# Swedish made Level



## ddickey (Jan 27, 2021)

Anyone have info on these? Resolution doesn't look great.


----------



## benmychree (Jan 28, 2021)

Yes, only about .001" per ft.  But much better than a Starrett #98, at .005" PF.


----------



## Janderso (Jan 28, 2021)

Swiss anything is good right??
Although, I don't see any Swiss restaurants in this part of the country.

All I have is a Starrett 98-12.  It helped me set up my lathe and it's producing good work. Maybe I got lucky?
Achipo used it on the Graz.
He has one of those Shars style levels also.
I wonder how far off the Starrett was?


----------



## benmychree (Jan 28, 2021)

One of our guys with more math (Rex?) than I tried to do in my head only should be able to figure out exactly how sensitive the Swedish level is; I do not know anything about the Shars level, but do know that the Starrett #98 is only good enough for rough preliminary leveling of a lathe in preparation for the final leveling/alignment.


----------



## Jim F (Jan 28, 2021)

Janderso said:


> Swiss anything is good right??
> Although, I don't see any Swiss restaurants in this part of the country.
> 
> All I have is a Starrett 98-12.  It helped me set up my lathe and it's producing good work. Maybe I got lucky?
> ...


If it was Swiss it would be good,,,,,,,,


----------



## benmychree (Jan 28, 2021)

We used to have a Swiss bakery here and it was  definitely good!


----------



## benmychree (Jan 28, 2021)

Janderso said:


> Swiss anything is good right??
> Although, I don't see any Swiss restaurants in this part of the country.
> 
> All I have is a Starrett 98-12.  It helped me set up my lathe and it's producing good work. Maybe I got lucky?
> ...


How did we jump from Swedish to Swiss ??????


----------



## Rex Walters (Jan 28, 2021)

Hmm...

0.1 mm/m * 1in/25.4mm = 0.003937 in/m. So about 0.004" deviation a meter away will move the bubble one graduation.

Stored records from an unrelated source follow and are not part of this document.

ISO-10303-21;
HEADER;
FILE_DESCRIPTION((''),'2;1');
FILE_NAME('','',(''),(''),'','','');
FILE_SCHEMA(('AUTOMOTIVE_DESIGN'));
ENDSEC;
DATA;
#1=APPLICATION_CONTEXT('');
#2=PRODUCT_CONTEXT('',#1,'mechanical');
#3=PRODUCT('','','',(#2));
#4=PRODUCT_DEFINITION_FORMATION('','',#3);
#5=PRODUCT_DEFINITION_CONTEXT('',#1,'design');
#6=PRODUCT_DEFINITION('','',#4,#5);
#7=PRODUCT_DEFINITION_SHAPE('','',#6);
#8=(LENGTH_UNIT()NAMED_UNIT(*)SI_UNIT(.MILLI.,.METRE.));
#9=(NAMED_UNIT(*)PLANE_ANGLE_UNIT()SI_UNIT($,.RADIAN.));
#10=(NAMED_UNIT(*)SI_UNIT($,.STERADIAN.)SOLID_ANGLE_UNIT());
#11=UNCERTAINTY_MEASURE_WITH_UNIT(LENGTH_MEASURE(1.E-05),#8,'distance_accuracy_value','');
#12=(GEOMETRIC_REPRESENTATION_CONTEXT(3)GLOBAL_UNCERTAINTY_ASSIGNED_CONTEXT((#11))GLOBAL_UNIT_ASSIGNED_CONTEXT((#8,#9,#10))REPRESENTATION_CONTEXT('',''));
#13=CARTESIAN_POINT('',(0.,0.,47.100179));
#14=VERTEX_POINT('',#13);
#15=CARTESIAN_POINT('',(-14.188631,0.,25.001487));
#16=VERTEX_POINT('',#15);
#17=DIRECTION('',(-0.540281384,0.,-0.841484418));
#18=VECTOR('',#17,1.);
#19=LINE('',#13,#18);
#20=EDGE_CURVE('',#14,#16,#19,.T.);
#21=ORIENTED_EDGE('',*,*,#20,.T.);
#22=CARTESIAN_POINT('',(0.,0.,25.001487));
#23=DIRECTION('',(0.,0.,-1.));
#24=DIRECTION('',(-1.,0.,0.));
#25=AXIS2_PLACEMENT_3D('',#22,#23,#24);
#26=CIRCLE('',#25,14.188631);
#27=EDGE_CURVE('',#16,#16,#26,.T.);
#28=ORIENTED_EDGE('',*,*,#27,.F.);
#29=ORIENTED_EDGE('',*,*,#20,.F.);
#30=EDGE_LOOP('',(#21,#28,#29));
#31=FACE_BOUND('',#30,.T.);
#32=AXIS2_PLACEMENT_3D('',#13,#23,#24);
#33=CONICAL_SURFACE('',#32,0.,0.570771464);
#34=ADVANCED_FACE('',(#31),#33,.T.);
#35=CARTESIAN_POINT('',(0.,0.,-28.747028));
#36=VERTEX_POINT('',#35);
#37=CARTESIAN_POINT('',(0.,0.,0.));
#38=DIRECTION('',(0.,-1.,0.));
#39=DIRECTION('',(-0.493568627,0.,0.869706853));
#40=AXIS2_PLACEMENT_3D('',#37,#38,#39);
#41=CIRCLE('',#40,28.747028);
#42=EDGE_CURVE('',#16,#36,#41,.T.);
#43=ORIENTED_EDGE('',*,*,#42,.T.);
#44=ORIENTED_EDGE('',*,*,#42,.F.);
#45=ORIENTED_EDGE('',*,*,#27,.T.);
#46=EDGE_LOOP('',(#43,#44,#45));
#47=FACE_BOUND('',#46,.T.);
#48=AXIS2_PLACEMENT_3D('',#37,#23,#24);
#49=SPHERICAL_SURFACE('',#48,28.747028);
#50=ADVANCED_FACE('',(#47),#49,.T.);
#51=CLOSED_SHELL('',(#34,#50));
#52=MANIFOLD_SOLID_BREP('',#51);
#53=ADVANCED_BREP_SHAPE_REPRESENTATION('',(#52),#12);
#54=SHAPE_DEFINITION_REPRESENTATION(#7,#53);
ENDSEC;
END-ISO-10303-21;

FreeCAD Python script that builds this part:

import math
import FreeCAD as App
import Part
import Sketcher

V = App.Vector

doc = App.newDocument("Part")
params = doc.addObject("Spreadsheet::Sheet", "Params")
for row, (alias, value) in enumerate([
    ("revolution_angle", "360 deg"),
], start=1):
    params.set(f"A{row}", alias)
    params.set(f"B{row}", "=" + value)
    params.setAlias(f"B{row}", alias)

body = doc.addObject("PartDesign::Body", "Body")

# Sketch on XZ plane
sketch1 = body.newObject("Sketcher::SketchObject", "Sketch")
sketch1.AttachmentSupport = (doc.getObject("XZ_Plane"), [""])
sketch1.MapMode = "FlatFace"
sketch1.addGeometry([
    Part.LineSegment(V(0, 47, 0), V(-14, 25, 0)),
    Part.ArcOfCircle(Part.Circle(V(0, 0, 0), V(0, 0, 1), 29), math.radians(120), math.radians(270)),
    Part.LineSegment(V(0, -29, 0), V(0, 47, 0)),
], False)
sketch1.addConstraint([
    Sketcher.Constraint("Coincident", 0, 2, 1, 1),
    Sketcher.Constraint("Coincident", 1, 2, 2, 1),
    Sketcher.Constraint("Coincident", 2, 2, 0, 1),
    Sketcher.Constraint("Vertical", 2),
    Sketcher.Constraint("Coincident", 1, 3, -1, 1),
    Sketcher.Constraint("PointOnObject", 1, 2, -2),
    Sketcher.Constraint("Radius", 1, 28.747028),
    Sketcher.Constraint("Distance", 0, 26.261558),
    Sketcher.Constraint("DistanceY", 2, 1, 2, 2, 75.847207),
])
revolution = body.newObject("PartDesign::Revolution", "Revolution")
revolution.Profile = sketch1
revolution.ReferenceAxis = (sketch1, ["V_Axis"])
revolution.setExpression("Angle", "Params.revolution_angle")

doc.recompute()
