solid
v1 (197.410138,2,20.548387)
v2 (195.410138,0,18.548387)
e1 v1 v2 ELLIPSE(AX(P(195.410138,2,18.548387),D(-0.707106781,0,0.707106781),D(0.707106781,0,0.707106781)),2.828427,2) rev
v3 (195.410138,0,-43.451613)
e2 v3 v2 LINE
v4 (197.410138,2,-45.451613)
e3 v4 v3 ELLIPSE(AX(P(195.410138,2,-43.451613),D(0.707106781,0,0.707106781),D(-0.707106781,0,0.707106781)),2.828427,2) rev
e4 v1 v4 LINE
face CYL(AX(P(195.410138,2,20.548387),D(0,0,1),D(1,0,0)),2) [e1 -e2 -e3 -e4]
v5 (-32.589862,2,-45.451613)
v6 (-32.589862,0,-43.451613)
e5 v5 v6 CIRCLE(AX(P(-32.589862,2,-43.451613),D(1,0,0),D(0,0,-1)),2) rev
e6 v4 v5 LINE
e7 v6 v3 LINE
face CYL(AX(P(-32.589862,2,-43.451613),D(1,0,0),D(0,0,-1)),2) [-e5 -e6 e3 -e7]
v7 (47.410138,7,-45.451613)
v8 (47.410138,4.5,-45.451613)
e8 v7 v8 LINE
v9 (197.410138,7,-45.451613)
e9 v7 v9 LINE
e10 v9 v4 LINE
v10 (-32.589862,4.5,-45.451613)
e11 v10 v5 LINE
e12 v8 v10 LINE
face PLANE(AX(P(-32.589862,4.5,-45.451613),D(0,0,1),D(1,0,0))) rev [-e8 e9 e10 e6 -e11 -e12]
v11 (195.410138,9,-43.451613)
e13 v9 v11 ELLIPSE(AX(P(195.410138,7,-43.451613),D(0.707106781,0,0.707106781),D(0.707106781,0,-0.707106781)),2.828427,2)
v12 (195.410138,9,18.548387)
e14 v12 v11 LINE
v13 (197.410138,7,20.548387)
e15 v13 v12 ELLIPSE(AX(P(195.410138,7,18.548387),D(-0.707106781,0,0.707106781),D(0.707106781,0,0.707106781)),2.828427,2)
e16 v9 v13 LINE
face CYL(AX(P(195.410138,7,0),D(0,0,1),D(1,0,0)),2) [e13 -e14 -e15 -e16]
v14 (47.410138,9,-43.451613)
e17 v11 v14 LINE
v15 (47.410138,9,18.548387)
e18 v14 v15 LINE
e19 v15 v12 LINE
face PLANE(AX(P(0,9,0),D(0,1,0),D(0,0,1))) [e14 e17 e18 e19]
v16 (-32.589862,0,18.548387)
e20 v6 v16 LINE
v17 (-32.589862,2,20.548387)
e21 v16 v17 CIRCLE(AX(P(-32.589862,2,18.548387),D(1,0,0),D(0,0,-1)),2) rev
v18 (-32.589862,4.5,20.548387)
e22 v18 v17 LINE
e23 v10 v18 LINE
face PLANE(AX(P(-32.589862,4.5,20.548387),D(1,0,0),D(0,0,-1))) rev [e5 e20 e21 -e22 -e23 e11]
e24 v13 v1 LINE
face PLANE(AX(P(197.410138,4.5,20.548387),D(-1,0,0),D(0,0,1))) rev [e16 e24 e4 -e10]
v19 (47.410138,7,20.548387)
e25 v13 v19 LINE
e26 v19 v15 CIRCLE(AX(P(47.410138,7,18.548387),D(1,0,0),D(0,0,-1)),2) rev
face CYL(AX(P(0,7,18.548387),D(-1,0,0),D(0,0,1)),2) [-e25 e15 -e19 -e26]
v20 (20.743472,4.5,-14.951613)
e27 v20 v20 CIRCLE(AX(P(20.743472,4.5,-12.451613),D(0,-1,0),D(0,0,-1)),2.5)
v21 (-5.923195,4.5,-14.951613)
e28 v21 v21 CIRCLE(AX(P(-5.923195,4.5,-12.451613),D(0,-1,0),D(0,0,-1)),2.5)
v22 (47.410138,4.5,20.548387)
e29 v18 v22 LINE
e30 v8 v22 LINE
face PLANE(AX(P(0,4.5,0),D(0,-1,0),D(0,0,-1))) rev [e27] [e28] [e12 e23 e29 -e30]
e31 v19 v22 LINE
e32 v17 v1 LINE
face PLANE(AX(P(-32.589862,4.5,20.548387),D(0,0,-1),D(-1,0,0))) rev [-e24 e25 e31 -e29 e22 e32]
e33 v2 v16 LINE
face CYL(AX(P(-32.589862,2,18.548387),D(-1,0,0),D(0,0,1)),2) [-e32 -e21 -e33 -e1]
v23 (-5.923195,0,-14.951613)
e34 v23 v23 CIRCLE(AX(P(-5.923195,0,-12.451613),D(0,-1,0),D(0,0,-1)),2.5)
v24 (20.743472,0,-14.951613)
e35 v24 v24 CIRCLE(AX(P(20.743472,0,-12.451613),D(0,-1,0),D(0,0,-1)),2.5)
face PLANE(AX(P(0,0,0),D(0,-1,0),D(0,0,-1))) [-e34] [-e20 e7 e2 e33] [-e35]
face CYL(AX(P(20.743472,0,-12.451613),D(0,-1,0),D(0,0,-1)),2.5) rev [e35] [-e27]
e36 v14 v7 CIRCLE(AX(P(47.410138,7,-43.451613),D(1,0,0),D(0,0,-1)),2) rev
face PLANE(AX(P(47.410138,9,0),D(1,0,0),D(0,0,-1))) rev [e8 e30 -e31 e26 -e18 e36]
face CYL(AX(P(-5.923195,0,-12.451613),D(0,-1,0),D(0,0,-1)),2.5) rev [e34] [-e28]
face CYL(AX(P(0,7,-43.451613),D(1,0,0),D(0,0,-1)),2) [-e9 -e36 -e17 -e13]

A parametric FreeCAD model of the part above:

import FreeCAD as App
import Part
import Sketcher
from FreeCAD import Vector


def edges_at(feature, points):
    """Names of the edges that pass closest to the given points."""
    edges = feature.Shape.Edges
    near = lambda p: min(range(len(edges)), key=lambda i: edges[i].distToShape(Part.Vertex(*p))[0])
    return sorted({f"Edge{near(p) + 1}" for p in points})


def add_polygon(sketch, points):
    """Adds a closed chain of lines whose ends are joined by coincident constraints."""
    first, n = sketch.GeometryCount, len(points)
    for a, b in zip(points, points[1:] + points[:1]):
        sketch.addGeometry(Part.LineSegment(App.Vector(*a, 0), App.Vector(*b, 0)), False)
    for i in range(n):
        sketch.addConstraint(Sketcher.Constraint("Coincident", first + i, 2, first + (i + 1) % n, 1))

doc = App.newDocument("Part")
body = doc.addObject("PartDesign::Body", "Body")

sketch1 = body.newObject("Sketcher::SketchObject", "Sketch")
sketch1.AttachmentSupport = (doc.getObject("XZ_Plane"), [""])
sketch1.MapMode = "FlatFace"
add_polygon(sketch1, [(-33, -45), (-33, 21), (197, 21), (197, -45)])
sketch1.addConstraint([
    Sketcher.Constraint("Vertical", 0),
    Sketcher.Constraint("Horizontal", 1),
    Sketcher.Constraint("Vertical", 2),
    Sketcher.Constraint("Horizontal", 3),
    Sketcher.Constraint("DistanceX", 1, 1, 1, 2, 230.0),
    Sketcher.Constraint("DistanceY", 0, 1, 0, 2, 66.0),
    Sketcher.Constraint("DistanceX", 0, 2, -1, 1, 32.589862),
    Sketcher.Constraint("DistanceY", -1, 1, 0, 2, 20.548387),
])
pad1 = body.newObject("PartDesign::Pad", "Pad")
pad1.Profile = sketch1
pad1.Length = 4.5
pad1.Reversed = True

sketch2 = body.newObject("Sketcher::SketchObject", "Sketch001")
sketch2.AttachmentSupport = (doc.getObject("XZ_Plane"), [""])
sketch2.MapMode = "FlatFace"
sketch2.AttachmentOffset = App.Placement(Vector(0, 0, -4.5), App.Rotation())
add_polygon(sketch2, [(47, -45), (47, 21), (197, 21), (197, -45)])
sketch2.addConstraint([
    Sketcher.Constraint("Vertical", 0),
    Sketcher.Constraint("Horizontal", 1),
    Sketcher.Constraint("Vertical", 2),
    Sketcher.Constraint("Horizontal", 3),
    Sketcher.Constraint("DistanceX", 1, 1, 1, 2, 150.0),
    Sketcher.Constraint("DistanceY", 0, 1, 0, 2, 66.0),
    Sketcher.Constraint("DistanceX", -1, 1, 0, 2, 47.410138),
    Sketcher.Constraint("DistanceY", -1, 1, 0, 2, 20.548387),
])
pad2 = body.newObject("PartDesign::Pad", "Pad001")
pad2.Profile = sketch2
pad2.Length = 4.5
pad2.Reversed = True

sketch3 = body.newObject("Sketcher::SketchObject", "Sketch002")
sketch3.AttachmentSupport = (doc.getObject("XZ_Plane"), [""])
sketch3.MapMode = "FlatFace"
sketch3.addGeometry([
    Part.Circle(Vector(-5.9, -12.5, 0), Vector(0, 0, 1), 2.5),
    Part.Circle(Vector(20.7, -12.5, 0), Vector(0, 0, 1), 2.5),
], False)
sketch3.addConstraint([
    Sketcher.Constraint("Equal", 0, 1),
    Sketcher.Constraint("Horizontal", 0, 3, 1, 3),
    Sketcher.Constraint("Diameter", 0, 5.0),
    Sketcher.Constraint("DistanceX", -1, 1, 1, 3, 20.743472),
    Sketcher.Constraint("DistanceX", 0, 3, -1, 1, 5.923195),
    Sketcher.Constraint("DistanceY", 0, 3, -1, 1, 12.451613),
])
doc.recompute()
hole = body.newObject("PartDesign::Hole", "Hole")
hole.Profile = sketch3
hole.ThreadType = "None"
hole.Diameter = 5
hole.DepthType = "ThroughAll"
doc.recompute()

fillet = body.newObject("PartDesign::Fillet", "Fillet")
fillet.Base = (hole, edges_at(hole, [
    (122.41, 9, -45.452),
    (122.41, 9, 20.548),
    (197.41, 9, -12.452),
    (82.41, 0, -45.452),
    (197.41, 0, -12.452),
    (82.41, 0, 20.548),
]))
fillet.Radius = 2

doc.recompute()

There are roughly 3.28 ft per meter, so

0.003937 in/m / 3.28 ft/m = 0.0012" per foot.

About 0.001" per foot as John said initially.


----------



## benmychree (Jan 28, 2021)

Thanks, Rex!


----------



## ddickey (Jan 28, 2021)

Thanks guys. I'll pass on those I think.


----------



## G-ManBart (Jan 28, 2021)

benmychree said:


> How did we jump from Swedish to Swiss ??????


Come on...it's only 1,200 miles or so between them!


----------



## sdelivery (Jan 29, 2021)

If priced right I would purchase them over most starrett or other brands


----------



## ddickey (Jan 29, 2021)

Here's the add if anyone wants them.




__





						Log into Facebook
					

Log into Facebook to start sharing and connecting with your friends, family, and people you know.




					www.facebook.com


----------



## Optic Eyes (Apr 11, 2021)

Janderso said:


> Swiss anything is good right??
> Although, I don't see any Swiss restaurants in this part of the country.
> 
> All I have is a Starrett 98-12.  It helped me set up my lathe and it's producing good work. Maybe I got lucky?
> ...


I use a Shars, they are ok


----------



## benmychree (Apr 11, 2021)

I was lucky enough to pick up a very nice Pratt & Whitney 12" .0005" grad on E Bay when I sold my shop and left the 12" Starrett .0005" grad. for the new owner.


----------